### PROBLEM TO WORK ON:
Range to output from the entries below: the line containing "#62=EDGE_LOOP('',(#51,#56,#57,#61));" through the line containing "#100=EDGE_CURVE('',#69,#96,#99,.T.);". Set it down exactly, ends included, nothing else.

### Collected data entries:
-------------------------

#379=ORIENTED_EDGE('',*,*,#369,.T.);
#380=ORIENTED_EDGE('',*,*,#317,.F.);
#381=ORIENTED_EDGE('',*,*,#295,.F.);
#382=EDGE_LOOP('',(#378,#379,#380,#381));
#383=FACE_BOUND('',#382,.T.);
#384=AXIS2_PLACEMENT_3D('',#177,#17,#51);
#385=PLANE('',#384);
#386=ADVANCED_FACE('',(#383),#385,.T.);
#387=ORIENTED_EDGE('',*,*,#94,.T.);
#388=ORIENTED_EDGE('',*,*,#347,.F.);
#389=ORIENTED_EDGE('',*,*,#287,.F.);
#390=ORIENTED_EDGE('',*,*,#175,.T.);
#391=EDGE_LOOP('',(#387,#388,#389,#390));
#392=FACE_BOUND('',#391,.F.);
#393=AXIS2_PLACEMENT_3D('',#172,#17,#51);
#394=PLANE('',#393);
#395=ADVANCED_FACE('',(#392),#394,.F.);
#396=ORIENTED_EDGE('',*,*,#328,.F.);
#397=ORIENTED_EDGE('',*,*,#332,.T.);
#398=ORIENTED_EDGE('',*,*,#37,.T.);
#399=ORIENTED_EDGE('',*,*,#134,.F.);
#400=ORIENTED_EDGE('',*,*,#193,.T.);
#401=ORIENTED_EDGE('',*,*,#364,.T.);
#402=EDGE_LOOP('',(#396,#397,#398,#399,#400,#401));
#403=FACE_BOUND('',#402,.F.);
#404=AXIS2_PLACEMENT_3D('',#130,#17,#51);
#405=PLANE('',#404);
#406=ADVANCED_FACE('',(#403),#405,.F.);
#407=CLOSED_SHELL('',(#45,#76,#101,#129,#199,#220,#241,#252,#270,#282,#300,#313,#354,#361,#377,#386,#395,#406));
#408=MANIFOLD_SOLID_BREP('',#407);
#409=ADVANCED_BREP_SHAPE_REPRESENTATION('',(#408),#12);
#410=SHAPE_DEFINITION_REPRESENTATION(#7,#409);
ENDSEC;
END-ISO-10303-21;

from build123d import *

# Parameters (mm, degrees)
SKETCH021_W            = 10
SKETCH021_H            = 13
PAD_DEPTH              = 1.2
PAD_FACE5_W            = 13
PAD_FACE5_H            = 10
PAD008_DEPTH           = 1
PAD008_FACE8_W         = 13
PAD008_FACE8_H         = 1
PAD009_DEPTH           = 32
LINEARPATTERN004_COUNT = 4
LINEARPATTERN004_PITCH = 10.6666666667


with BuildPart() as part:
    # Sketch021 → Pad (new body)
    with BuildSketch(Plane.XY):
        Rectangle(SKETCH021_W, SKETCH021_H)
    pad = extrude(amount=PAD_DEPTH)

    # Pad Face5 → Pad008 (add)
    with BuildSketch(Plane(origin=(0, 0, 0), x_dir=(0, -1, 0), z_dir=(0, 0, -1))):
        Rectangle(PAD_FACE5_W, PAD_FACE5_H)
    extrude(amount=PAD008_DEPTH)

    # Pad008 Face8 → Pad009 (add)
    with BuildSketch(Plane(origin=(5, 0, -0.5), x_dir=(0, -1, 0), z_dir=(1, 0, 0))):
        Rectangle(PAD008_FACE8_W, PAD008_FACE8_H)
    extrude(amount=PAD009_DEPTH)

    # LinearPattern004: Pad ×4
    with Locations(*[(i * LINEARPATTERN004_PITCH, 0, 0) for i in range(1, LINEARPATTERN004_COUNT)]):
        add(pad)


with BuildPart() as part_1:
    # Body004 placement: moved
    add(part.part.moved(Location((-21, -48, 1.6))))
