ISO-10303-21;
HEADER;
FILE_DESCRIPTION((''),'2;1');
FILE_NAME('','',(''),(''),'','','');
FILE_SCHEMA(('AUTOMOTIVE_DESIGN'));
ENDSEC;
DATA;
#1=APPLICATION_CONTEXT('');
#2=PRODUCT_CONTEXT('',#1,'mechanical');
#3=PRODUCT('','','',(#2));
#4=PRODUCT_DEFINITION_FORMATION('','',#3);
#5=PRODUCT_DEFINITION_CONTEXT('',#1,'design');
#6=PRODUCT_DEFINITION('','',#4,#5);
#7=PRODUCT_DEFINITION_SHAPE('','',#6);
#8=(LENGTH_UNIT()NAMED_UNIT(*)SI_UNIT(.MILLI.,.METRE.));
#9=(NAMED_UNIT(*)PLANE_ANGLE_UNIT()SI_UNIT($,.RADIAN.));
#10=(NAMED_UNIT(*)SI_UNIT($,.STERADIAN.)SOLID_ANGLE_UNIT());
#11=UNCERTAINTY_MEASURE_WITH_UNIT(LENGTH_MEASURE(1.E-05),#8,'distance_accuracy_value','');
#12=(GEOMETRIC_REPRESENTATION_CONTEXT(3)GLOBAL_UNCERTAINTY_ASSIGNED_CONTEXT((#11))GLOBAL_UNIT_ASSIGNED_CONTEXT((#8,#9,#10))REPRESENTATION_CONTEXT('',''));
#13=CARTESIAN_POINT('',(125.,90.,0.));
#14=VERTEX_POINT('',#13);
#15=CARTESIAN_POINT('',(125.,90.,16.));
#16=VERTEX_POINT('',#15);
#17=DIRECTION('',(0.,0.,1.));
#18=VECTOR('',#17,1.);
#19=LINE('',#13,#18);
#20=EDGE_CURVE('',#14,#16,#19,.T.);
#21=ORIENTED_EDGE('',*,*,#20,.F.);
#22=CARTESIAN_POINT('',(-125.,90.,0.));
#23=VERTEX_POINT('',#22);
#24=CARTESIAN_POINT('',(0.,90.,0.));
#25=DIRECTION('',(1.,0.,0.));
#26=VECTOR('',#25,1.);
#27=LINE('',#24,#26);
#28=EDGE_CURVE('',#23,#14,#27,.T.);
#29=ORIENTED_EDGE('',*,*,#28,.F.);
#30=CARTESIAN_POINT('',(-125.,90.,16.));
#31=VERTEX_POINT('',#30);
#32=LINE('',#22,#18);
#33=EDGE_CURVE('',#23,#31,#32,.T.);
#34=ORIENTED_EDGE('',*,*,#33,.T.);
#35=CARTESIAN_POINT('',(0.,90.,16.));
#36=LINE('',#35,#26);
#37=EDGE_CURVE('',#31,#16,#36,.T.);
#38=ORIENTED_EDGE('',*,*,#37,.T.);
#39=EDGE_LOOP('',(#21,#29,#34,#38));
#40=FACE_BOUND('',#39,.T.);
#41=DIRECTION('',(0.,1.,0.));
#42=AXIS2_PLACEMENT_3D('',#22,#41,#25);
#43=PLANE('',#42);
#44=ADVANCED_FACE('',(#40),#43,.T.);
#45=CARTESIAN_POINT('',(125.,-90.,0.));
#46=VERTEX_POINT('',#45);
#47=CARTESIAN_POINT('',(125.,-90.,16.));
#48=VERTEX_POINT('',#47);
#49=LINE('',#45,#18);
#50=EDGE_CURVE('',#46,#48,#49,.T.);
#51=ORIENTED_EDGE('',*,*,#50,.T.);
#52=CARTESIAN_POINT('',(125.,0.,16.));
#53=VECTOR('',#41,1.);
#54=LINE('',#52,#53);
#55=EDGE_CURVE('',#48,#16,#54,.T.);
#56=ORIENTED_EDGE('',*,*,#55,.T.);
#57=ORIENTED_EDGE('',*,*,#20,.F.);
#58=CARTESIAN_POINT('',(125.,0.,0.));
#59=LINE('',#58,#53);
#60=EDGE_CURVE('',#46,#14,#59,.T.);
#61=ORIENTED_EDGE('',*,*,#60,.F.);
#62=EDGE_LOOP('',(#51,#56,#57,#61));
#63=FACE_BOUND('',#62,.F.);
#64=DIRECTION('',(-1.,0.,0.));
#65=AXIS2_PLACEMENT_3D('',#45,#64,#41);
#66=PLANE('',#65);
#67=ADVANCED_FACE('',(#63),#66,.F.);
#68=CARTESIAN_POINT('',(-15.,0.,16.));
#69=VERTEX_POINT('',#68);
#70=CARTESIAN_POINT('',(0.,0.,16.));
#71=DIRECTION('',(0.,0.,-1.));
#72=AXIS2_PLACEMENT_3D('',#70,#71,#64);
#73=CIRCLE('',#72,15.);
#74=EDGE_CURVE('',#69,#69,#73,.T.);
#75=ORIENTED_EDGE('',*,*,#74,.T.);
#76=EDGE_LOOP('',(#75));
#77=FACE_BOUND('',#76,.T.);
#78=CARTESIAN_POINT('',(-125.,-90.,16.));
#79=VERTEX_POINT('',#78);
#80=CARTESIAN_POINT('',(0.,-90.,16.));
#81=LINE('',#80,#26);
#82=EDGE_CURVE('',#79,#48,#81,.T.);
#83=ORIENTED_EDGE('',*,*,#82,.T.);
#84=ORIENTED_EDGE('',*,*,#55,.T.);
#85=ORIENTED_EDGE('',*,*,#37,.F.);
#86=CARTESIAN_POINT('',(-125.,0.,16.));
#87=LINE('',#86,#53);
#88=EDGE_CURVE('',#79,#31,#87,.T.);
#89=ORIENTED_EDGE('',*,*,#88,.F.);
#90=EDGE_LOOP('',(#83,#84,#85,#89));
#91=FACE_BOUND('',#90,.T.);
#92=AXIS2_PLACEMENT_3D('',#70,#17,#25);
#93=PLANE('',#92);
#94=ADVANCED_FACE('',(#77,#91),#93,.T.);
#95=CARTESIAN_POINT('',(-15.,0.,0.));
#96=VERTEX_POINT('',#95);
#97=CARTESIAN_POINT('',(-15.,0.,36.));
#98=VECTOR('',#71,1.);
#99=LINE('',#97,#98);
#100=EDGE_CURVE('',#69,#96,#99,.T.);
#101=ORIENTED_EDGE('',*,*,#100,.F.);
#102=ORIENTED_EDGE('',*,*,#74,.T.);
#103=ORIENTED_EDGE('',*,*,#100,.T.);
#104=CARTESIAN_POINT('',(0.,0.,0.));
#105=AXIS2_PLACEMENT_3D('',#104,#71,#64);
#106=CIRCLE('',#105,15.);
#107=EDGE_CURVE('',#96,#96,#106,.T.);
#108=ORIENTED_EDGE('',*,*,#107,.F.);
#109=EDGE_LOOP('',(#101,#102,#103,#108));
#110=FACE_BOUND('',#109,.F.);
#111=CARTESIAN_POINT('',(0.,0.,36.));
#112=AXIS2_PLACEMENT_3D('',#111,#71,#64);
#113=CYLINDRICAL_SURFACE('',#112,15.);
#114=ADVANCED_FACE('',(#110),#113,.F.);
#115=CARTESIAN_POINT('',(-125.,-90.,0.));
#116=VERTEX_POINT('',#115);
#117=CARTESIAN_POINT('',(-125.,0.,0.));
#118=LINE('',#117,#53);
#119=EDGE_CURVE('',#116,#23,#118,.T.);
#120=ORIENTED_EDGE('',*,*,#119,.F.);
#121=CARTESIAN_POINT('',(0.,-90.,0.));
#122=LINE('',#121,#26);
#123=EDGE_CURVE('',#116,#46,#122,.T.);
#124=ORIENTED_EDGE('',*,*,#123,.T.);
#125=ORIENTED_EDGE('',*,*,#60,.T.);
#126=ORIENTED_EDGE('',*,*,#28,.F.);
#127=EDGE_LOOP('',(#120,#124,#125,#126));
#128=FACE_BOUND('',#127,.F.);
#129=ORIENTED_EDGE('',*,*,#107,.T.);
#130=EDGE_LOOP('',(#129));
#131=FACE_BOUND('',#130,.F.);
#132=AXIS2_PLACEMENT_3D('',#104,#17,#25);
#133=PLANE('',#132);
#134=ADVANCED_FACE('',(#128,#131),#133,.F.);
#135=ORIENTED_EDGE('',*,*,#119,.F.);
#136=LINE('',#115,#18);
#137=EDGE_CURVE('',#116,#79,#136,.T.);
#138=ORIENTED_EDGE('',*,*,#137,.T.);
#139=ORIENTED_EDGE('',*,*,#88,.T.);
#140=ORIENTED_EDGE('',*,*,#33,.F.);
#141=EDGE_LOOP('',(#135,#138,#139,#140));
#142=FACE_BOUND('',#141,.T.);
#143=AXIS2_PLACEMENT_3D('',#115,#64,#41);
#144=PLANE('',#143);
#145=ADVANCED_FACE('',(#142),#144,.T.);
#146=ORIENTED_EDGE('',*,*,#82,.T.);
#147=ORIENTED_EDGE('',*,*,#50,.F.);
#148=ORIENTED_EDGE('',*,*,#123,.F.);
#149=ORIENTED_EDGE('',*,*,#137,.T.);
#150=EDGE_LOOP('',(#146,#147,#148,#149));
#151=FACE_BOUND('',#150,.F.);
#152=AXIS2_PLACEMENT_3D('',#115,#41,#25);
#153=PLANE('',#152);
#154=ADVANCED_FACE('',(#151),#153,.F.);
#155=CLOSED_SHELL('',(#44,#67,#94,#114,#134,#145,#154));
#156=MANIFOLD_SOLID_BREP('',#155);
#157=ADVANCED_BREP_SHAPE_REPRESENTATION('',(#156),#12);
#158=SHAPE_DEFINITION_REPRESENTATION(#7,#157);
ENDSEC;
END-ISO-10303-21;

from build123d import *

# Parameters (mm, degrees)
SKETCH_1_W                = 250
SKETCH_1_H                = 180
EXTRUDE_1_DEPTH           = 16
HOLE_WIZARD_6_0_6_1_D     = 30
HOLE_WIZARD_6_0_6_1_DEPTH = 20
HOLE_WIZARD_6_0_6_1_TIP   = 9.012909285


with BuildPart() as part:
    # 草图1 → 凸台-拉伸1 (new body)
    with BuildSketch(Plane.XY):
        Rectangle(SKETCH_1_W, SKETCH_1_H)
    extrude(amount=EXTRUDE_1_DEPTH)

    # Ø6.0 (6) 直径孔1
    with Locations(Plane.XY.offset(16)):
        with Locations((0, 0)):
            Hole(HOLE_WIZARD_6_0_6_1_D / 2, depth=HOLE_WIZARD_6_0_6_1_DEPTH)
            with Locations((0, 0, -(HOLE_WIZARD_6_0_6_1_DEPTH + HOLE_WIZARD_6_0_6_1_TIP / 2))):  # 118° drill point
                Cone(0, HOLE_WIZARD_6_0_6_1_D / 2, HOLE_WIZARD_6_0_6_1_TIP, mode=Mode.SUBTRACT)


solid = part.part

-------------------------

### ANSWER SECTION:
#62=EDGE_LOOP('',(#51,#56,#57,#61));
#63=FACE_BOUND('',#62,.F.);
#64=DIRECTION('',(-1.,0.,0.));
#65=AXIS2_PLACEMENT_3D('',#45,#64,#41);
#66=PLANE('',#65);
#67=ADVANCED_FACE('',(#63),#66,.F.);
#68=CARTESIAN_POINT('',(-15.,0.,16.));
#69=VERTEX_POINT('',#68);
#70=CARTESIAN_POINT('',(0.,0.,16.));
#71=DIRECTION('',(0.,0.,-1.));
#72=AXIS2_PLACEMENT_3D('',#70,#71,#64);
#73=CIRCLE('',#72,15.);
#74=EDGE_CURVE('',#69,#69,#73,.T.);
#75=ORIENTED_EDGE('',*,*,#74,.T.);
#76=EDGE_LOOP('',(#75));
#77=FACE_BOUND('',#76,.T.);
#78=CARTESIAN_POINT('',(-125.,-90.,16.));
#79=VERTEX_POINT('',#78);
#80=CARTESIAN_POINT('',(0.,-90.,16.));
#81=LINE('',#80,#26);
#82=EDGE_CURVE('',#79,#48,#81,.T.);
#83=ORIENTED_EDGE('',*,*,#82,.T.);
#84=ORIENTED_EDGE('',*,*,#55,.T.);
#85=ORIENTED_EDGE('',*,*,#37,.F.);
#86=CARTESIAN_POINT('',(-125.,0.,16.));
#87=LINE('',#86,#53);
#88=EDGE_CURVE('',#79,#31,#87,.T.);
#89=ORIENTED_EDGE('',*,*,#88,.F.);
#90=EDGE_LOOP('',(#83,#84,#85,#89));
#91=FACE_BOUND('',#90,.T.);
#92=AXIS2_PLACEMENT_3D('',#70,#17,#25);
#93=PLANE('',#92);
#94=ADVANCED_FACE('',(#77,#91),#93,.T.);
#95=CARTESIAN_POINT('',(-15.,0.,0.));
#96=VERTEX_POINT('',#95);
#97=CARTESIAN_POINT('',(-15.,0.,36.));
#98=VECTOR('',#71,1.);
#99=LINE('',#97,#98);
#100=EDGE_CURVE('',#69,#96,#99,.T.);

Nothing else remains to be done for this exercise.